══ Given records

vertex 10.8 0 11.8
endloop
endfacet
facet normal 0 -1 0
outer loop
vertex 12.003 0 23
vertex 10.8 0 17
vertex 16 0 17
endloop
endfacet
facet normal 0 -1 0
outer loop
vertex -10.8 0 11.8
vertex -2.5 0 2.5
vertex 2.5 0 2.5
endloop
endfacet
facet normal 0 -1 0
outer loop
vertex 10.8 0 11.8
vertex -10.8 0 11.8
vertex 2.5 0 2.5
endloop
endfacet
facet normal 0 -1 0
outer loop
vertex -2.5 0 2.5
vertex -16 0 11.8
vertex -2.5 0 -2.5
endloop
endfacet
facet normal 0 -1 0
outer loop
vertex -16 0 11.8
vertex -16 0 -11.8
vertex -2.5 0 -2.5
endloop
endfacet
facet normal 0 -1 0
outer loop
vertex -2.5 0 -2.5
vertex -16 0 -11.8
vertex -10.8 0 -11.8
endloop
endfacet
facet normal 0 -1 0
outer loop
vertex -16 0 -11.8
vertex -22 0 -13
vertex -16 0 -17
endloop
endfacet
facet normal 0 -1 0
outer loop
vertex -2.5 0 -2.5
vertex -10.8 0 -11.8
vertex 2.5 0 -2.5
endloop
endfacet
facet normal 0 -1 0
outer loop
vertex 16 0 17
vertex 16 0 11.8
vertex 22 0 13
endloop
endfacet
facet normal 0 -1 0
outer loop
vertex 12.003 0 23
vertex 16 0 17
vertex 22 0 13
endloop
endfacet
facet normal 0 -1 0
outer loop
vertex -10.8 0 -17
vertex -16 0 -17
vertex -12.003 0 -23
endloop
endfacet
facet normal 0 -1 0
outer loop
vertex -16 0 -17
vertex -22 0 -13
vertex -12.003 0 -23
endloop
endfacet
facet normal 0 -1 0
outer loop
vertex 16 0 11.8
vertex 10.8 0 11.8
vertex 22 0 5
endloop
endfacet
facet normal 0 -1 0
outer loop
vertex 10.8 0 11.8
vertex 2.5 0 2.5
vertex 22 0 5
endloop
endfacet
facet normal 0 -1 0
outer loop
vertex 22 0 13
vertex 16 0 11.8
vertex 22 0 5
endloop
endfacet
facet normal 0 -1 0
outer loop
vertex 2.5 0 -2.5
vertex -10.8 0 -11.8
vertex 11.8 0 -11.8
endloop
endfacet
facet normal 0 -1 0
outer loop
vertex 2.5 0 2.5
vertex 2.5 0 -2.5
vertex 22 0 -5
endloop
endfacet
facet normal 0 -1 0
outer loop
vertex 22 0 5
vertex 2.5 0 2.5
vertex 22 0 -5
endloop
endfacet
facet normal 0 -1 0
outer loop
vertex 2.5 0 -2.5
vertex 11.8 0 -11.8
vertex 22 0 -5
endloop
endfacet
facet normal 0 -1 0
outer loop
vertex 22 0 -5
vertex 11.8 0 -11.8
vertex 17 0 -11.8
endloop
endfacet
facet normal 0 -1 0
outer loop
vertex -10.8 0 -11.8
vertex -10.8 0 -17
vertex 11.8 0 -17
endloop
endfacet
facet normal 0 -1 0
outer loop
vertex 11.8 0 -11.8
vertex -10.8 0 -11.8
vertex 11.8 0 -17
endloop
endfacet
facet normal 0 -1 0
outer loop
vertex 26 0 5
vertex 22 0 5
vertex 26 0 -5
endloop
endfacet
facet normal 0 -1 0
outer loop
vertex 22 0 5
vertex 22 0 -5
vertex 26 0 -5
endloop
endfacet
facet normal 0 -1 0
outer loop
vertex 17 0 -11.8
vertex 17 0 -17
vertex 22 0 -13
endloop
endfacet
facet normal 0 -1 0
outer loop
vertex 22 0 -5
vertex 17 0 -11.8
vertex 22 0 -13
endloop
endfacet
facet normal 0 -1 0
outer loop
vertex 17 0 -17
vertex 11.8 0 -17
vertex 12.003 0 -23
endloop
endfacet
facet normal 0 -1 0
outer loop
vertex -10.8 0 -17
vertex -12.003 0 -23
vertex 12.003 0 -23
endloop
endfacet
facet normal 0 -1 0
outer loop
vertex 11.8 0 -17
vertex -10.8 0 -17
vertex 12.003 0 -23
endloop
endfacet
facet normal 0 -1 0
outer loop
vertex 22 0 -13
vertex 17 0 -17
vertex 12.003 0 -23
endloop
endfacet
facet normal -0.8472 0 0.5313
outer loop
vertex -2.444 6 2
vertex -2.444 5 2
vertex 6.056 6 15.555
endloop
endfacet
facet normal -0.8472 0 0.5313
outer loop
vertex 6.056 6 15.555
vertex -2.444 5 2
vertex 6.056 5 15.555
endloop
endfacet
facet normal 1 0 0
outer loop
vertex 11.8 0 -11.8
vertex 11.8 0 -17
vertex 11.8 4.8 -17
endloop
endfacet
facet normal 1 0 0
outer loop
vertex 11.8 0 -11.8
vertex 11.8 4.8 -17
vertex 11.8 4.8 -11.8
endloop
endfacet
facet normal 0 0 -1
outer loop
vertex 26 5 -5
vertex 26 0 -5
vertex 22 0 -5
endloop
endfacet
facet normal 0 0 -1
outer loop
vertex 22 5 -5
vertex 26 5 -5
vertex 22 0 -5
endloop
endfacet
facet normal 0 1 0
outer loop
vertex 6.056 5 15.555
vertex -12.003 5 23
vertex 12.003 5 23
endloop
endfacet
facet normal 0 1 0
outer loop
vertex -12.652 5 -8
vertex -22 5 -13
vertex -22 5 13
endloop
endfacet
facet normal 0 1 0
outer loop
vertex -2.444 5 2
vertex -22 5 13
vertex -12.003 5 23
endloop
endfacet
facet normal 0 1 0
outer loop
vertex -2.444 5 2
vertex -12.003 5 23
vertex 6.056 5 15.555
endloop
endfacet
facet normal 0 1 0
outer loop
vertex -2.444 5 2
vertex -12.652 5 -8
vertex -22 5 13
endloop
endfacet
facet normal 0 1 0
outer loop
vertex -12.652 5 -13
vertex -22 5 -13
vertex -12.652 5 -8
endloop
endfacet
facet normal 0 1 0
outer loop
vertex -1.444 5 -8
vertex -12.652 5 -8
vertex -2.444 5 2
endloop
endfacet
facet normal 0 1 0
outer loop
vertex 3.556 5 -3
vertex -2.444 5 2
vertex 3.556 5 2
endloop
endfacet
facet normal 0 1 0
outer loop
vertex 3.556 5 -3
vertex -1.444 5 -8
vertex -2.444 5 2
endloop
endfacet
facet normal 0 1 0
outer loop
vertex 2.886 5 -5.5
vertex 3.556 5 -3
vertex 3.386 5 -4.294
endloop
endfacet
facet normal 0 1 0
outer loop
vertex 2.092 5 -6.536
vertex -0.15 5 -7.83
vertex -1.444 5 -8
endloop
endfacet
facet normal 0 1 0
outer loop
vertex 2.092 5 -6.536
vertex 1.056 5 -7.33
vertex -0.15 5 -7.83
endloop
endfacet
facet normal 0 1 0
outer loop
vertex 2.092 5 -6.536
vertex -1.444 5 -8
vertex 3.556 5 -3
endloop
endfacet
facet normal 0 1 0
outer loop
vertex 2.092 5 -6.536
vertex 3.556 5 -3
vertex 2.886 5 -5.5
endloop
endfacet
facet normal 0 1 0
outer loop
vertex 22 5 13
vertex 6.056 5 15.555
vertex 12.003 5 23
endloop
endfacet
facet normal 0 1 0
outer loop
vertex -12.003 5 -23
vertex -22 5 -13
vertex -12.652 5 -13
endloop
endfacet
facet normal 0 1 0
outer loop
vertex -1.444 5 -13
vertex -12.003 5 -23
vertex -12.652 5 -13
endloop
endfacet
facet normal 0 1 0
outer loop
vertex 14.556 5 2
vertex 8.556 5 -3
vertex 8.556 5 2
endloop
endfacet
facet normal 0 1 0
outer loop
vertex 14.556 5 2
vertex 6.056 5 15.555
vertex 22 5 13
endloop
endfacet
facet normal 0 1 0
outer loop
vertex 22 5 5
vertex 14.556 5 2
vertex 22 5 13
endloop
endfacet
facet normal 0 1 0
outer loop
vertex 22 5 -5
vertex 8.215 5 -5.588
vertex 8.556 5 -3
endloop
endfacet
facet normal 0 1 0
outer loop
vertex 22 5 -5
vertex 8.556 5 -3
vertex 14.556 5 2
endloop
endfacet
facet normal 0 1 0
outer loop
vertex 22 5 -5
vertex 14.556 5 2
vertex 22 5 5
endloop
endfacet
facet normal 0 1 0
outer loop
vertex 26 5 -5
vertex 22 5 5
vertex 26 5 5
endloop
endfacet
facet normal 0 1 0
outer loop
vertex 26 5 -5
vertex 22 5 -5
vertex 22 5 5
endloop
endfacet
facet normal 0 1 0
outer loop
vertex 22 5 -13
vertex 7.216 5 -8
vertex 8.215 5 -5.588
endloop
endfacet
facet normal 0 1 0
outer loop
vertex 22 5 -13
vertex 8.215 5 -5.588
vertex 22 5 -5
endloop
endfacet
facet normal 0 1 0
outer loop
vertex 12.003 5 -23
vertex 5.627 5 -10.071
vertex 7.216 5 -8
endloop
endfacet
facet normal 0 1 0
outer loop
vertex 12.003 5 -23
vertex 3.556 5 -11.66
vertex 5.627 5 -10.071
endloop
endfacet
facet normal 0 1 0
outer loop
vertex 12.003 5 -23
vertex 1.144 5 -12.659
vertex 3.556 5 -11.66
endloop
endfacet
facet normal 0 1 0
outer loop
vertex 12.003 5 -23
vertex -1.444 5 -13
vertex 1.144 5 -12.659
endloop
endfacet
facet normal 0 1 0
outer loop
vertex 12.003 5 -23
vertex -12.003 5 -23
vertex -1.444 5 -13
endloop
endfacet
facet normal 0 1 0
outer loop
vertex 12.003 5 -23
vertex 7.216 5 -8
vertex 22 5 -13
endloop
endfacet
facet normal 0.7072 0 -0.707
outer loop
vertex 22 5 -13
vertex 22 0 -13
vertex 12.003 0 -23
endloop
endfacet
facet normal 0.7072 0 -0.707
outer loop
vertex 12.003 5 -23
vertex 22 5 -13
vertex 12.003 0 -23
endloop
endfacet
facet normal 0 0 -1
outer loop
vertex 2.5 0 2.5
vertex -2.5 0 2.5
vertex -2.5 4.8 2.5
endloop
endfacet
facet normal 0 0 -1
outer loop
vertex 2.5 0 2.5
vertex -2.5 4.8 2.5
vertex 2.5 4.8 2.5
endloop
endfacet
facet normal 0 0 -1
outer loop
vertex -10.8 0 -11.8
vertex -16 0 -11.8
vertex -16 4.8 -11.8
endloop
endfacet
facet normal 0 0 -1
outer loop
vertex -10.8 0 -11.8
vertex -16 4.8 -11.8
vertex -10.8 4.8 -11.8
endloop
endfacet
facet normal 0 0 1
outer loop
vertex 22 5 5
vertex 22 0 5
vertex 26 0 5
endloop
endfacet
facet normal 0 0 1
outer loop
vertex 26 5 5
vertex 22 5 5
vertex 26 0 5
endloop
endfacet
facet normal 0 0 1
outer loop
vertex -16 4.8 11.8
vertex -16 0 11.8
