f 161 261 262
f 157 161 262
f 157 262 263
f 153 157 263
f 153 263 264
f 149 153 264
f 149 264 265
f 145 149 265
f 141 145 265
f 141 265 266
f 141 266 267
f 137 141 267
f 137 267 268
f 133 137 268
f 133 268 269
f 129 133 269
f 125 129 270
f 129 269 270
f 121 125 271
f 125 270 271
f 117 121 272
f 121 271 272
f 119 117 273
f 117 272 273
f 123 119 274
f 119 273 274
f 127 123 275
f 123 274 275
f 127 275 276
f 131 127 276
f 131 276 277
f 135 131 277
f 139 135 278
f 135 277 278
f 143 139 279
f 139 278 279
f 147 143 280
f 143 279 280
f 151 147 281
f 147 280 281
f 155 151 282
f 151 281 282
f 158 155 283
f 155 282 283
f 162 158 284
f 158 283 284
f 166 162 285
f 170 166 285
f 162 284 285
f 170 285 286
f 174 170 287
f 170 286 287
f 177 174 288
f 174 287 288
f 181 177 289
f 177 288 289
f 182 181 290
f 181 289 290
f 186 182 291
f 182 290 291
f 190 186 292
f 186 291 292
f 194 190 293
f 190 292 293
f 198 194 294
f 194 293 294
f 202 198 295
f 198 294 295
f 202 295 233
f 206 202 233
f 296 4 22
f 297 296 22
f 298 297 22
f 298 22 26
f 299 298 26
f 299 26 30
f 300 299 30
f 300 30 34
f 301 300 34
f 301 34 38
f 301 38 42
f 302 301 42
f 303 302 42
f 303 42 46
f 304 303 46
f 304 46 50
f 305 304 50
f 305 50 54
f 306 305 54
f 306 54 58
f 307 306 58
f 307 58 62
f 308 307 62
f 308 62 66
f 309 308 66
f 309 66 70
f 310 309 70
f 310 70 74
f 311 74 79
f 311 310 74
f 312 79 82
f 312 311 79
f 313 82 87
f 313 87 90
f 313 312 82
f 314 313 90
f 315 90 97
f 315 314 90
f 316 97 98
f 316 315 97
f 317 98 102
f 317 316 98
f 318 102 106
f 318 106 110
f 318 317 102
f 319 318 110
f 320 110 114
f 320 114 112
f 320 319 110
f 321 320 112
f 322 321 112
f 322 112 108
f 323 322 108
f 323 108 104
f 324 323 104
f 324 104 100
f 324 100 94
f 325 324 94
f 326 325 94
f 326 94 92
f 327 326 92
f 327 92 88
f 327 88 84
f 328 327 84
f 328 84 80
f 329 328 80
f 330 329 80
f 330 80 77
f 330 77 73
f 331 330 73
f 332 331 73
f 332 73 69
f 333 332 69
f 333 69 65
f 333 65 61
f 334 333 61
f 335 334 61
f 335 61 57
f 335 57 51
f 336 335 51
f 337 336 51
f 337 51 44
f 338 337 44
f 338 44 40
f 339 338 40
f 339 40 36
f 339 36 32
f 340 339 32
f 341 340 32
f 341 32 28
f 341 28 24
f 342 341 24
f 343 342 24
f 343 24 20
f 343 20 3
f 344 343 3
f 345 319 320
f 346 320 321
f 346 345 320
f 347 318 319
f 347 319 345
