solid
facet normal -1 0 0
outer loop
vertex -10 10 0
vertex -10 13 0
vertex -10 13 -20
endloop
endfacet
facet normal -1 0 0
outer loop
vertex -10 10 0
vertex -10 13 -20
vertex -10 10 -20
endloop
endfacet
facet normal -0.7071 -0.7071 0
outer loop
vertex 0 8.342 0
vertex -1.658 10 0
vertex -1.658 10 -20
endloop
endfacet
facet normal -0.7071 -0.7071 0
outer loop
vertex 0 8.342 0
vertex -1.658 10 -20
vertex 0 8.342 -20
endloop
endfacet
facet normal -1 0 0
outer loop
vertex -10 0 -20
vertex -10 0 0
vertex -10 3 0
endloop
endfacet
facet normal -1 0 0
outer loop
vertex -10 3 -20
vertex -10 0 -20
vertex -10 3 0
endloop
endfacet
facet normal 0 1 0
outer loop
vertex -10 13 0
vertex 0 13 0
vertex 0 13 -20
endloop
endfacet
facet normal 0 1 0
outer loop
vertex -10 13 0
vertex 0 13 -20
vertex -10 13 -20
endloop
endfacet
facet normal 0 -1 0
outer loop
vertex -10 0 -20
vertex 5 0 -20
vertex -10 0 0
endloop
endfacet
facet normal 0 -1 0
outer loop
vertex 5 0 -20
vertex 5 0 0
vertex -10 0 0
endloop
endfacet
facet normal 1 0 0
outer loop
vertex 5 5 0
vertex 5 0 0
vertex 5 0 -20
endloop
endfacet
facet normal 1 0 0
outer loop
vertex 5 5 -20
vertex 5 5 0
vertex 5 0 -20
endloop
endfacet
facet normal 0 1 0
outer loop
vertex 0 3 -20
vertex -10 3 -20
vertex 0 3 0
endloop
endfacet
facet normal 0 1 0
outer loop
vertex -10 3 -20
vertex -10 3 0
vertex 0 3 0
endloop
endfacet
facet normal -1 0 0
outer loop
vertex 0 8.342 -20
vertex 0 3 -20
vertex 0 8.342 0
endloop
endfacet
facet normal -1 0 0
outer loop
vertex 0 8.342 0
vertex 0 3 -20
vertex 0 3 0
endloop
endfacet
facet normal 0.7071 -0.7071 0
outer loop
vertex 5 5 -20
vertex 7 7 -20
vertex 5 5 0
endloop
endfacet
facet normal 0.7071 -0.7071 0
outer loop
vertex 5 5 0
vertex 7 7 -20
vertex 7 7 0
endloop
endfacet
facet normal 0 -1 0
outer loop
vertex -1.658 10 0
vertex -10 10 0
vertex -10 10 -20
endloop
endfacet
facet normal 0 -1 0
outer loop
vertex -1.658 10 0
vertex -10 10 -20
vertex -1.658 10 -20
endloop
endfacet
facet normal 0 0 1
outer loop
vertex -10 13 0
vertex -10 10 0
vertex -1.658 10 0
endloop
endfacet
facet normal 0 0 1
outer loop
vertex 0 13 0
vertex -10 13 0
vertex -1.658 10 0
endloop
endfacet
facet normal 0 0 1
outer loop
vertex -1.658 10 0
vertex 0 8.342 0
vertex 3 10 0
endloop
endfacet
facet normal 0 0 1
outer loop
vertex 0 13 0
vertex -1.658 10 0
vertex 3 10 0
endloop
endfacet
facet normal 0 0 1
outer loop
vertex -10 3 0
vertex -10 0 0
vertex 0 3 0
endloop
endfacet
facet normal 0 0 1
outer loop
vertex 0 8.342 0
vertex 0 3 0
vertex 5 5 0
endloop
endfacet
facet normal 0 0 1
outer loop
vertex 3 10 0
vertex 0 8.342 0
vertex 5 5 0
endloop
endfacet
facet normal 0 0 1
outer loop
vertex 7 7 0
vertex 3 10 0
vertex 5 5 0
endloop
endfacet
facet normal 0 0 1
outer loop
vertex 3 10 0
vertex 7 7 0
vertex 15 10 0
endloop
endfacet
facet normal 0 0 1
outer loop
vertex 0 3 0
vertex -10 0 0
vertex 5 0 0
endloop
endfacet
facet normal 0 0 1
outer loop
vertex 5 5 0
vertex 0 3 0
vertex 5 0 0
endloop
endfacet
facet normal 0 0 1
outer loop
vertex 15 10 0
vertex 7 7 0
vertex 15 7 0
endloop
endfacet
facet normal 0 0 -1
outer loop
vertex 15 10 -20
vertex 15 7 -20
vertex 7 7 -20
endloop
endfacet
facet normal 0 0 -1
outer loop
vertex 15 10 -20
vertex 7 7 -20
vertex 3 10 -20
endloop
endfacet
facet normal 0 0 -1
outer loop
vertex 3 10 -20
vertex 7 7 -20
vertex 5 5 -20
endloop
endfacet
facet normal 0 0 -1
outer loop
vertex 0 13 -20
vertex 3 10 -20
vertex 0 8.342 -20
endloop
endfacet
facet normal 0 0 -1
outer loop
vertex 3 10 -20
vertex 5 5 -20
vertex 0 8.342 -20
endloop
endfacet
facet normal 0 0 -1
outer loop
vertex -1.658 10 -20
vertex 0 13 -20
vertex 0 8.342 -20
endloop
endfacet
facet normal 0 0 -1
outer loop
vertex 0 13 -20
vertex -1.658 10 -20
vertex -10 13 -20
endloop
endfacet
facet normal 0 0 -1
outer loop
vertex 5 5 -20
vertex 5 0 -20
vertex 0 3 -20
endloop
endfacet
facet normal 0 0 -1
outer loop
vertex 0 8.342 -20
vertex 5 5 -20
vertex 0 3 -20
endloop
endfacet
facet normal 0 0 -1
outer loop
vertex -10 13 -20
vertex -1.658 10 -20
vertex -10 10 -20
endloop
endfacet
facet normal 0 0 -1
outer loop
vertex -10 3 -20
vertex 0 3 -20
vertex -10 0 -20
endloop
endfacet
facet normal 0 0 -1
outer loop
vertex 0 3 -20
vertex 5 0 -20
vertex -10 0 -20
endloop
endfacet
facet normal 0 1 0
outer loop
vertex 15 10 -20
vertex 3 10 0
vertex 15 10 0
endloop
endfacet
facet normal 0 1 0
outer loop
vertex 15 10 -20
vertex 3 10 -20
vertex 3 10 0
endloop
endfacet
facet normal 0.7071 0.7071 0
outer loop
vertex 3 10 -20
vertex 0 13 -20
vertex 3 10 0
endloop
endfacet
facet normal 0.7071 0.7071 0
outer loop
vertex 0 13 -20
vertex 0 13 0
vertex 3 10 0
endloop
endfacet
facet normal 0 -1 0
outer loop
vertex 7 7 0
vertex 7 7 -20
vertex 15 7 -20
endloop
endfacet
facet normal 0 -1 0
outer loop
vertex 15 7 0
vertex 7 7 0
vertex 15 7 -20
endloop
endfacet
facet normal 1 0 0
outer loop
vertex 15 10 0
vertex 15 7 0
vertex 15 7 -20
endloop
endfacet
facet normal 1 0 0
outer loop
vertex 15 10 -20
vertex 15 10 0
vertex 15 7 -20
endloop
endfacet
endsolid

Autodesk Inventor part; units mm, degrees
ref_plane "YZ Plane" through (0, 0, 0) normal (1, 0, 0) x (0, 1, 0)
ref_plane "XZ Plane" through (0, 0, 0) normal (0, 1, 0) x (-1, 0, 0)
ref_plane "XY Plane" through (0, 0, 0) normal (0, 0, 1) x (1, 0, 0)
sketch "Эскиз1" plane through (0, 0, 0) normal (0, 1, 0) x (-1, 0, 0)
  line L0 (0, 0) -> (-5, 0)
  line L1 (-5, 0) -> (-5, -20)
  line L2 (-5, -20) -> (0, -20)
  line L3 (0, -20) -> (0, 0)
  dimension "d0" = 5
  dimension "d1" = 20
extrude "Выдавливание1" add sketch "Эскиз1" along normal blind 7
sketch "Эскиз2" plane through (0, 7, 0) normal (0, 1, 0) x (1, 0, 0)
  line L0 (0, 0) -> (5, 0) projected
  line L1 (5, 0) -> (5, 20) projected
  line L2 (5, 20) -> (0, 20) projected
  line L3 (0, 20) -> (0, 0) projected
  line L4 (0, 0) -> (5, 0) projected
  line L5 (5, 0) -> (15, 0)
  line L6 (15, 0) -> (15, 20)
  line L7 (15, 20) -> (5, 20)
  line L8 (5, 20) -> (5, 0)
  dimension "d4" = 10
  dimension "d5" = 20
extrude "Выдавливание2" add sketch "Эскиз2" along normal blind 3
chamfer "Фаска1" distance 2 angle 45 1 edges at (5, 7, -10)
sketch "Эскиз3" plane through (0, 0, 0) normal (0, 0, 1) x (1, 0, 0)
  line L0 (0, 0) -> (25, 0)
  line L1 (25, 0) -> (25, 3)
  line L2 (25, 3) -> (0, 3)
  line L3 (0, 3) -> (0, 0)
  line L4 (0, 0) -> (5, 0) construction
  line L5 (5, 0) -> (5, 5) construction
  line L6 (7, 7) -> (5, 5) construction
  line L7 (7, 7) -> (15, 7) construction
  line L8 (15, 7) -> (15, 10) construction
  line L9 (0, 10) -> (15, 10) construction
  line L10 (0, 0) -> (0, 10) construction
  line L11 (0, 3) -> (5, 3)
  line L12 (5, 3) -> (5, 13)
  line L13 (5, 13) -> (0, 13)
  line L14 (0, 13) -> (0, 3)
  line L15 (5, 13) -> (15, 13)
  line L16 (15, 13) -> (15, 10)
  line L17 (15, 10) -> (5, 10)
  line L18 (5, 10) -> (5, 13)
  line L19 (0, 0) -> (5, 0) projected
  line L20 (0, 0) -> (-10, 0)
  line L21 (-10, 0) -> (-10, 3)
  line L22 (-10, 3) -> (0, 3)
  line L23 (0, 3) -> (0, 0)
  line L24 (0, 13) -> (-10, 13)
  line L25 (-10, 13) -> (-10, 10)
  line L26 (-10, 10) -> (0, 10)
  line L27 (0, 10) -> (0, 13)
  line L28 (0, 13) -> (3, 10)
  line L29 (0, 10) -> (15, 10) projected
  line L30 (-1.6585, 10) -> (0, 8.3415)
  line L31 (0, 0) -> (0, 10) projected
  point P0 (0, 8.3415)
  dimension "d11" = 3
  dimension "d12" = 25
  dimension "d13" = 5
  dimension "d14" = 10
  dimension "d15" = 10
  dimension "d16" = 3
  dimension "d17" = 10
  dimension "d18" = 3
extrude "Выдавливание3" add sketch "Эскиз3" against normal blind 20 contours L20 L21 L22 L3 | L30 L26 L14 | L26 L25 L24 L14 | L14 L28 L29
properties part number "test_support2"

════

### Exercise:
Take the entries above and return only the lines from the one with "f 305 304 50" to the one with "f 332 331 73", both included, unchanged.

### Response box:
f 305 304 50
f 305 50 54
f 306 305 54
f 306 54 58
f 307 306 58
f 307 58 62
f 308 307 62
f 308 62 66
f 309 308 66
f 309 66 70
f 310 309 70
f 310 70 74
f 311 74 79
f 311 310 74
f 312 79 82
f 312 311 79
f 313 82 87
f 313 87 90
f 313 312 82
f 314 313 90
f 315 90 97
f 315 314 90
f 316 97 98
f 316 315 97
f 317 98 102
f 317 316 98
f 318 102 106
f 318 106 110
f 318 317 102
f 319 318 110
f 320 110 114
f 320 114 112
f 320 319 110
f 321 320 112
f 322 321 112
f 322 112 108
f 323 322 108
f 323 108 104
f 324 323 104
f 324 104 100
f 324 100 94
f 325 324 94
f 326 325 94
f 326 94 92
f 327 326 92
f 327 92 88
f 327 88 84
f 328 327 84
f 328 84 80
f 329 328 80
f 330 329 80
f 330 80 77
f 330 77 73
f 331 330 73
f 332 331 73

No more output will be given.